Find the area between the curves: $y=x+1, y=-3x+13,y=-\frac{1}{3}x-\frac{1}{3}$

Question

Find the area between the curves: $$y=x+1$$

$$y=-3x+13$$ $$y=-\frac{1}{3}x-\frac{1}{3}$$

I see this when I graph it, and it's not easy for me to understand what variable I should integrate with.

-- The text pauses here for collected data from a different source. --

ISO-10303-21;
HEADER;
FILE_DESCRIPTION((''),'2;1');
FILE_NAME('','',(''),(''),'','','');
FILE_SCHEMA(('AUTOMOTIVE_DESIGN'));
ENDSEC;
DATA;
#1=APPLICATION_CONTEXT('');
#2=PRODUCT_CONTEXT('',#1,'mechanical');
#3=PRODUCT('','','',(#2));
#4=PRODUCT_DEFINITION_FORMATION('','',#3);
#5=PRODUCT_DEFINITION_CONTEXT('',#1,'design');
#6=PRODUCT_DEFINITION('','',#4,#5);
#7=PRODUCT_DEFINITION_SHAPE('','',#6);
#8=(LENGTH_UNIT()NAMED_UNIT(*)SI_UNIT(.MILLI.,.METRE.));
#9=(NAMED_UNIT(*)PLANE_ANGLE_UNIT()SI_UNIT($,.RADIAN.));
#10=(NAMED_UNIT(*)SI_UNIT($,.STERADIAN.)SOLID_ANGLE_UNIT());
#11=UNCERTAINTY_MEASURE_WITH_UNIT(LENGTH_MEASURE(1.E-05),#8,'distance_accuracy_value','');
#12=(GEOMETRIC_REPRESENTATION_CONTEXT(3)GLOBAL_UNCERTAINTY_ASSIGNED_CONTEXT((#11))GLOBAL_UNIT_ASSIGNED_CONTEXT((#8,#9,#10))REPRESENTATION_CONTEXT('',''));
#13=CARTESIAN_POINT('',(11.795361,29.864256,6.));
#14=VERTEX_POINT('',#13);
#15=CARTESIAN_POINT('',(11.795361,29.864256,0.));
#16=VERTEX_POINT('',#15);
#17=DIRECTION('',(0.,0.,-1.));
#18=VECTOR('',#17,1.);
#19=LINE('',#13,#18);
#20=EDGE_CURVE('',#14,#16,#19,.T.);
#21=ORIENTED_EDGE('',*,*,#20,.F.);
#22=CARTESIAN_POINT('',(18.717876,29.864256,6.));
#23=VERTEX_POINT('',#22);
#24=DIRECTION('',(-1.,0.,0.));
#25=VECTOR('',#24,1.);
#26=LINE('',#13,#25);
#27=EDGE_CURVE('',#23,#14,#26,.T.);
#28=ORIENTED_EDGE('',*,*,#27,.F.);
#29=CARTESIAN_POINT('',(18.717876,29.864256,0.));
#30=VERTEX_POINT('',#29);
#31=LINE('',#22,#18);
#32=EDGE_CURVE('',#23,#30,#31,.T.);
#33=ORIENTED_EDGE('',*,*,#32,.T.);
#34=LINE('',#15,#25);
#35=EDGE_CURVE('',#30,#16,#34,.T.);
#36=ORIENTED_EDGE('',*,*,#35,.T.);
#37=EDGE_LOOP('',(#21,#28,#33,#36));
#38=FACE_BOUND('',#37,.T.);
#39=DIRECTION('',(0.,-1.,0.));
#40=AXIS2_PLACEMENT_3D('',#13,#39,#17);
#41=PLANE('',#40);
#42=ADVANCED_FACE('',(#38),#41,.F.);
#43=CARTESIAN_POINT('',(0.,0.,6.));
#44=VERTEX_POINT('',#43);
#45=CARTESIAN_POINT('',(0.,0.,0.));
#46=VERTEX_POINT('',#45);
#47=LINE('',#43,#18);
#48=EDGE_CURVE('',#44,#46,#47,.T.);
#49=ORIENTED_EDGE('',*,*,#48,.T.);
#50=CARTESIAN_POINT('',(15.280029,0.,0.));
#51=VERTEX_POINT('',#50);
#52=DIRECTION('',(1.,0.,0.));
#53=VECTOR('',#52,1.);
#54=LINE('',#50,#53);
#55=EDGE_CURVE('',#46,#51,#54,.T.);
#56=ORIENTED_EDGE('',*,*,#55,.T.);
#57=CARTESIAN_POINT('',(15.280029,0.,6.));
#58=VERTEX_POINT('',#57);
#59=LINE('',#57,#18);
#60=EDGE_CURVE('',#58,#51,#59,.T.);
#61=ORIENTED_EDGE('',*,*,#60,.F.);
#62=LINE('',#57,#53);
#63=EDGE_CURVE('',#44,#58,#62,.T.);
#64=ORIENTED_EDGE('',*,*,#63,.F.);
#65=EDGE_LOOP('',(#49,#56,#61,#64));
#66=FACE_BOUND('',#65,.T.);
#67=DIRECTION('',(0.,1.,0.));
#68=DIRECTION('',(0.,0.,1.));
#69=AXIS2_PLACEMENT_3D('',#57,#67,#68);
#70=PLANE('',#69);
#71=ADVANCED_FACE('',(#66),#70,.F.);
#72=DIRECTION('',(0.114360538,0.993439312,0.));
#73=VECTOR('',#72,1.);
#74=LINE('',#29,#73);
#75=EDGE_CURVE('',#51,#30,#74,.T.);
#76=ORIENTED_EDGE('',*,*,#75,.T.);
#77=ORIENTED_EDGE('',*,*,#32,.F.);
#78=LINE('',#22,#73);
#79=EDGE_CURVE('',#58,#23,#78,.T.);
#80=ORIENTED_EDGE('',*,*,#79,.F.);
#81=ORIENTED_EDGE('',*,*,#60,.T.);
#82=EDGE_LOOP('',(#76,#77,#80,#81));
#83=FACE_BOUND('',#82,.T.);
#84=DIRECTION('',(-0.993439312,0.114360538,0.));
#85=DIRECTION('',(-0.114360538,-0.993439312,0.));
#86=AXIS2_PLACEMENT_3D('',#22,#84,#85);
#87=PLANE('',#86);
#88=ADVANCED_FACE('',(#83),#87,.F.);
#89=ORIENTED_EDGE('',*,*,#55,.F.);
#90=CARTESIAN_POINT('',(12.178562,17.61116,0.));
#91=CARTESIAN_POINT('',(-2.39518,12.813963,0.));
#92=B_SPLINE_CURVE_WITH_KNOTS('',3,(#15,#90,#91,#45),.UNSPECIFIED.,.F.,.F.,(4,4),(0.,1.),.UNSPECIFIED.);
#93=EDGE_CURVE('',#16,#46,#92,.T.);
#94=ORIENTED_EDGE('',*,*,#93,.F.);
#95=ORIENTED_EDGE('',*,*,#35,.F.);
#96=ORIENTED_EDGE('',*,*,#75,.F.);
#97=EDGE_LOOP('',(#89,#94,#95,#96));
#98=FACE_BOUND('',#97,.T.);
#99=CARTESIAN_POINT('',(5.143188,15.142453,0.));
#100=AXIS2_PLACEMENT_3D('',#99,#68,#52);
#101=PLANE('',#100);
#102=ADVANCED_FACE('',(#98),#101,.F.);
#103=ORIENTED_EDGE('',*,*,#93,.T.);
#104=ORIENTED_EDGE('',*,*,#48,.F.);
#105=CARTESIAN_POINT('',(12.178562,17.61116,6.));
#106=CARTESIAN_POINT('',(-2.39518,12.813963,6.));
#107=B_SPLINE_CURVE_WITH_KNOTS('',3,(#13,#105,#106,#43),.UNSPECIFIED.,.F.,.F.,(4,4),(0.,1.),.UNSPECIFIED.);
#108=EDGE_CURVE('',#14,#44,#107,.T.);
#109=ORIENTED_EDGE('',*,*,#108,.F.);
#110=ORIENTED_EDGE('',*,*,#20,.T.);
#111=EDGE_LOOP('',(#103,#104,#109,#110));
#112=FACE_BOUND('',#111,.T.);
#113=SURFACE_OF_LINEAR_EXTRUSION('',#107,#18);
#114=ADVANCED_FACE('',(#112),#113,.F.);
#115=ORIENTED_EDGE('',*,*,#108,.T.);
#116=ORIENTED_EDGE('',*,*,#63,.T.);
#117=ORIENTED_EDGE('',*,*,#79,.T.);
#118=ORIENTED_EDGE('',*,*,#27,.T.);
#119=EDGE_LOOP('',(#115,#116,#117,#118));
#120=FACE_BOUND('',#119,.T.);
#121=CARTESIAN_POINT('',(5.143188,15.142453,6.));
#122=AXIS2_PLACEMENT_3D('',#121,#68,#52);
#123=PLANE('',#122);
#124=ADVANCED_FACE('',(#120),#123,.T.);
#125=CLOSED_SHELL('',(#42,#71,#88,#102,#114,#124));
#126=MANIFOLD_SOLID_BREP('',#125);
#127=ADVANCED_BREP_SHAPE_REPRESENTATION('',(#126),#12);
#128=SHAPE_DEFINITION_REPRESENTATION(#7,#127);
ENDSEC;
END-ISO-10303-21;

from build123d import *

# Parameters (mm, degrees)
BOSS_EXTRUDE1_DEPTH = 6


with BuildPart() as part:
    # Sketch1 → Boss-Extrude1 (new body)
    with BuildSketch(Plane.XY):
        with BuildLine():
            Line((11.795360814, 29.864255565), (18.717875998, 29.864255565))
            Line((18.717875998, 29.864255565), (15.280029016, 0))
            Line((15.280029016, 0), (0, 0))
            add(Edge.make_bspline(
                [(0, 0), (-2.395179582, 12.813962905), (12.1785616, 17.611160307), (11.795360814, 29.864255565)],
                knots=[0, 0, 0, 0, 1, 1, 1, 1], degree=3))
        make_face()
    extrude(amount=BOSS_EXTRUDE1_DEPTH)


solid = part.part
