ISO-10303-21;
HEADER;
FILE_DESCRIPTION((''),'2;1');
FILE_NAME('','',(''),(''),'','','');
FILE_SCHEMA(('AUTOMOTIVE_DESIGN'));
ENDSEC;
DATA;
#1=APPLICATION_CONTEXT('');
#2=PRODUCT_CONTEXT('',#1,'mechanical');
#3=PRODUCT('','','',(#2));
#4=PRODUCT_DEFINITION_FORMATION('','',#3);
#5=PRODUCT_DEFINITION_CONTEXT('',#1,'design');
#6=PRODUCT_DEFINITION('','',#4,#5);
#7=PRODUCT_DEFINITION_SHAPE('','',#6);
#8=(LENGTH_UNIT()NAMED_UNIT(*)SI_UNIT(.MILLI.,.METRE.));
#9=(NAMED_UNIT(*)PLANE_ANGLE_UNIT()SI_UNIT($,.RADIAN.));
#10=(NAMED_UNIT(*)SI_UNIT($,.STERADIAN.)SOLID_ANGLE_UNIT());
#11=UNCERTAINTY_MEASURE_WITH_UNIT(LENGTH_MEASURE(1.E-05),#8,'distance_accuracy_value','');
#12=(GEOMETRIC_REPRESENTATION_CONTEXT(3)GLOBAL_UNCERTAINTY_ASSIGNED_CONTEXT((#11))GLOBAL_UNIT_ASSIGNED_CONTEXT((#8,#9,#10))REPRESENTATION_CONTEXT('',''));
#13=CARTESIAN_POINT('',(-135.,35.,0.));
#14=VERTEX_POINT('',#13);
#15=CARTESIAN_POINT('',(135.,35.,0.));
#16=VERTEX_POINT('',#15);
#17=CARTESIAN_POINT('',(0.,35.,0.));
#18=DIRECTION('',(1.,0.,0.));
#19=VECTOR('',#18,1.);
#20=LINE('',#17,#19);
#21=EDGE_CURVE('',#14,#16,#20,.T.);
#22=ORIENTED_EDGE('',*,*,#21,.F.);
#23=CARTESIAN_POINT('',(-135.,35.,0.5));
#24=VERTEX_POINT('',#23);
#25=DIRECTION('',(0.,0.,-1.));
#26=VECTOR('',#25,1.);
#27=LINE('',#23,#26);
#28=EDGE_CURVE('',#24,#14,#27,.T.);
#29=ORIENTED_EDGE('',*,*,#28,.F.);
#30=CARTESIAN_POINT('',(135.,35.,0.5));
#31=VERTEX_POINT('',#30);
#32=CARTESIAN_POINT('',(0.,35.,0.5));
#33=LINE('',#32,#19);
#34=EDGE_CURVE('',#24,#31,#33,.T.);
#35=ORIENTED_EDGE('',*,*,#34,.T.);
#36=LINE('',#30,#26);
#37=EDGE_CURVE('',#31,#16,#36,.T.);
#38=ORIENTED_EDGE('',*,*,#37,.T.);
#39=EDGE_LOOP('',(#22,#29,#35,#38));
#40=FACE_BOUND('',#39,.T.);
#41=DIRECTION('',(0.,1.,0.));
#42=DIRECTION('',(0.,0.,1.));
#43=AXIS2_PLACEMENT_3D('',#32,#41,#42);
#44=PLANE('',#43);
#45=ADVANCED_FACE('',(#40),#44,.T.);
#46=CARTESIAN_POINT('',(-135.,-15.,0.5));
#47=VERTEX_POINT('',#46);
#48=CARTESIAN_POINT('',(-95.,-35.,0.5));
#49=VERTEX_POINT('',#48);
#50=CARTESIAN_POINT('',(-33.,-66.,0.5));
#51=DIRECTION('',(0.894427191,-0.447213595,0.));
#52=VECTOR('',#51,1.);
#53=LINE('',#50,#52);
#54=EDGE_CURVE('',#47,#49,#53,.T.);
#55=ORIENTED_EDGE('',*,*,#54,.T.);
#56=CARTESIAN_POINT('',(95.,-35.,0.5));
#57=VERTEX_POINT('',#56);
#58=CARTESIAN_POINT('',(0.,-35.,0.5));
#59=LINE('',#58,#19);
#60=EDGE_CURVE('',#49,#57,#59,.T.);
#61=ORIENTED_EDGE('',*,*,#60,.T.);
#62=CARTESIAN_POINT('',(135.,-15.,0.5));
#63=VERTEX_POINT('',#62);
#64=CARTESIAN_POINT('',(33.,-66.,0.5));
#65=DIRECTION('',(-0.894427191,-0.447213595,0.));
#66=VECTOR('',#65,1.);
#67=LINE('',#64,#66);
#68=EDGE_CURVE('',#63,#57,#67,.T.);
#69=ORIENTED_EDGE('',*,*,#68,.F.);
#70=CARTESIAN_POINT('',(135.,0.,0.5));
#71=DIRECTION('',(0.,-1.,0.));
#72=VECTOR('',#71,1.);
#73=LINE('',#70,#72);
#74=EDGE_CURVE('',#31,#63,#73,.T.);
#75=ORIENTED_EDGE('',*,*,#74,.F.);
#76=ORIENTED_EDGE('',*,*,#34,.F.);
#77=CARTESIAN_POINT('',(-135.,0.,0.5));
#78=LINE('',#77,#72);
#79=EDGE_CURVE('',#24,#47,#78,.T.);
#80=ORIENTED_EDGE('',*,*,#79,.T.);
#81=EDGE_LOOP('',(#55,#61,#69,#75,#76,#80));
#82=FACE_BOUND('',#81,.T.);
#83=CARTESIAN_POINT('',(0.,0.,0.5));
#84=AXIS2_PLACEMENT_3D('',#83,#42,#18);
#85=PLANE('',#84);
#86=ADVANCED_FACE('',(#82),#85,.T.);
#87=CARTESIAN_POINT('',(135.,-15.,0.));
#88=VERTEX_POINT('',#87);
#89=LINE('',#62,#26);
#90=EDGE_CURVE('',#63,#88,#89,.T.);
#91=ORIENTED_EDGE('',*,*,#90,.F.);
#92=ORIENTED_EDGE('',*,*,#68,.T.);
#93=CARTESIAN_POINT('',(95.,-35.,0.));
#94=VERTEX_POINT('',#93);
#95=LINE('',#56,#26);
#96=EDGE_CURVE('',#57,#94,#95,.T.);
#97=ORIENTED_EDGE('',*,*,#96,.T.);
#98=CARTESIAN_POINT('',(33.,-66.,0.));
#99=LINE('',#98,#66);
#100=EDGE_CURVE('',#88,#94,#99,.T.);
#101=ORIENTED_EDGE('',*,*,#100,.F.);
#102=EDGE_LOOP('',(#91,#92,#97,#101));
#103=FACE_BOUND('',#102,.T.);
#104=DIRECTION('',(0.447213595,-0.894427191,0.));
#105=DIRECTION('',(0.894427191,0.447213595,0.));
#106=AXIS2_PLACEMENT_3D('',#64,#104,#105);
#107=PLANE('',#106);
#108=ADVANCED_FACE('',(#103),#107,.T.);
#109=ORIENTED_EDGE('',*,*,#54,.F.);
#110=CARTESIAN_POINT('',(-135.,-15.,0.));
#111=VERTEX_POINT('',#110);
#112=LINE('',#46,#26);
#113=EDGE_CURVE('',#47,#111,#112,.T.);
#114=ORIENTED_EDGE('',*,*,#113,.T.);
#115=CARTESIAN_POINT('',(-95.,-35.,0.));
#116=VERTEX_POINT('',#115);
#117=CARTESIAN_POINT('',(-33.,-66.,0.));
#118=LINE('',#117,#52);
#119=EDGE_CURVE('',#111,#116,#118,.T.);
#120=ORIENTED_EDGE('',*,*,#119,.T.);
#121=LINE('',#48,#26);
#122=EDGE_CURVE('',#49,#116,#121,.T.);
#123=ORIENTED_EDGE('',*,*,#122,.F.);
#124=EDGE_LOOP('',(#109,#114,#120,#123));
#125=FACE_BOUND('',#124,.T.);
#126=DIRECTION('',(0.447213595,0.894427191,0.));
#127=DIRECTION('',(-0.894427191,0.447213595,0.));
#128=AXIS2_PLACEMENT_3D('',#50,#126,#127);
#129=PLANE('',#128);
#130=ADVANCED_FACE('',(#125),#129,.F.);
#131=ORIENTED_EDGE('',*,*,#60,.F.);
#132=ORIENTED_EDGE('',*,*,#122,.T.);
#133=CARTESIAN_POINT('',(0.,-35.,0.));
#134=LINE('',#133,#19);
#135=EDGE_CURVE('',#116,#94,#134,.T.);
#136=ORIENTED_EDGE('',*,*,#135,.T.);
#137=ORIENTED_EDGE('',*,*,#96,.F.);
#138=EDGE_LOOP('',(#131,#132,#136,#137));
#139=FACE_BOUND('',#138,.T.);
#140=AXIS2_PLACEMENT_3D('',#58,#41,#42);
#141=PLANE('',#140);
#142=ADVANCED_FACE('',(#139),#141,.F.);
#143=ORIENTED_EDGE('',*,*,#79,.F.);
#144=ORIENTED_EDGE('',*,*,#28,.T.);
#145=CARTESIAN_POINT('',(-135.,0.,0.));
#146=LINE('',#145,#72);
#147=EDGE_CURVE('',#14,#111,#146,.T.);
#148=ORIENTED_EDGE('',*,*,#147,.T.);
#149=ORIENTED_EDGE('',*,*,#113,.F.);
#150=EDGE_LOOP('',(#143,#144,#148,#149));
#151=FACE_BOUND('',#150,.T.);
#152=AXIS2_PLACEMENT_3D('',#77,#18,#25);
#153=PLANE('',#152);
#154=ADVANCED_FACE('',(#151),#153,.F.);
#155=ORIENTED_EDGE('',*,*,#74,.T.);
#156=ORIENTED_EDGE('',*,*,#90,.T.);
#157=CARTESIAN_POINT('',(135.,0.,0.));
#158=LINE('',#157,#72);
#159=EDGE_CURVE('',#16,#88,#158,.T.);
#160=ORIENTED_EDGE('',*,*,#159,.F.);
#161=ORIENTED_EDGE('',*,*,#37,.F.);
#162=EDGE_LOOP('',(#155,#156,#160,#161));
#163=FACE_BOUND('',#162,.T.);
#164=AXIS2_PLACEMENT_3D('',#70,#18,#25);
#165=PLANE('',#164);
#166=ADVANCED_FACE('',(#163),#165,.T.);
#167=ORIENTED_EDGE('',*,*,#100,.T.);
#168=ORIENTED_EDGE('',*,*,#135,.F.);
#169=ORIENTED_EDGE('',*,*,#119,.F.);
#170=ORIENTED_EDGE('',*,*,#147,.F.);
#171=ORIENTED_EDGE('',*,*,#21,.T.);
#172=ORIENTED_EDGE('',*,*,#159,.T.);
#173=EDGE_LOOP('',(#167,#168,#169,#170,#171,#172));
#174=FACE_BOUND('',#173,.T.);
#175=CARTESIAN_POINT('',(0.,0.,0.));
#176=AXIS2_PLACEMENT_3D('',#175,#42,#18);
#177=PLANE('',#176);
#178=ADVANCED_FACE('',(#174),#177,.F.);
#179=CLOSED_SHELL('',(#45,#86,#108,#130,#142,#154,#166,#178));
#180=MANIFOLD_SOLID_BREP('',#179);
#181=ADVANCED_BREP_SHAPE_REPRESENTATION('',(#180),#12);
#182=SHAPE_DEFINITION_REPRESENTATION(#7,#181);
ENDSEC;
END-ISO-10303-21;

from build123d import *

# Parameters (mm, degrees)
BOSS_EXTRU_1_DEPTH = 0.5


with BuildPart() as part:
    # Esquisse1 → Boss.-Extru.1 (new body)
    with BuildSketch(Plane.XY):
        Polygon((135, 35), (-135, 35), (-135, -15), (-95, -35), (95, -35), (135, -15), align=None)
    extrude(amount=BOSS_EXTRU_1_DEPTH)


solid = part.part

Any suggestions?

Answer 1

$$S=\int_{-1}^5(f_H(x)-f_L(x))dx,$$ $$f_L(x) = f_3(x) = -\frac13x-\frac13,$$ $$f_H(x) = \begin{cases} f_1(x) = x+1, \text{ for } x\in(-1,3)\\ f_2(x) = -3x+13, \text{ for } x\in(3,5). \end{cases} $$ $$S=\int_{-1}^3(f_H(x)-f_L(x))dx + \int_{3}^5(f_H(x)-f_L(x))dx,$$ $$S=\int_{-1}^3(f_1(x)-f_3(x))dx + \int_{3}^5(f_2(x)-f_3(x))dx.$$

Answer 2

$$ I_1 = \int^0_{-1} (x+1)-\left(\frac{-1}{3}x-\frac{1}{3}\right)dx$$

$$ I_2=\int^3_{0}(x+1)-\left(\frac{-1}{3}x-\frac{1}{3}\right)dx$$

$$ I_3=\int^5_3 (-3x+13)-\left( \frac{-1}{3}x-\frac{1}{3} \right)dx$$

$$ A_{total}=I_1+I_2+I_3=?$$

Also notice that $I_1+I_2$ can be simplified to

$I_{1} + I_2=\int^3_{-1}(x+1)-\left(\frac{-1}{3}x-\frac{1}{3}\right)dx$

Answer 3

Partition the triangular region $R$ into $R_1$ and $R_2$ where

$$R_1=\left\{(x,y)\in\Bbb R^2:-1\leq x\leq 3 \text{ and }\frac{-x}{3}-\frac{1}{3}\leq y\leq x+1\right\}$$ and $$R_2=\left\{(x,y)\in\Bbb R^2:3\leq x\leq 5\text{ and } \frac{-x}{3}-\frac{1}{3}\leq y\leq -3x+13\right\}.$$ Denoting by $A_1$ and $A_2$ the corresponding areas of $R_1$ and $R_2$, we get

$$A_1=\int_{-1}^3\left[(x+1)-\left(\frac{-x}{3}-\frac{1}{3}\right)\right]dx$$ and $$A_2=\int_{3}^5\left[(-3x+13)-\left(\frac{-x}{3}-\frac{1}{3}\right)\right]dx.$$ The required area therefore is $$A=A_1+A_2.$$ Can you do the computations of $A_1$ and $A_2$?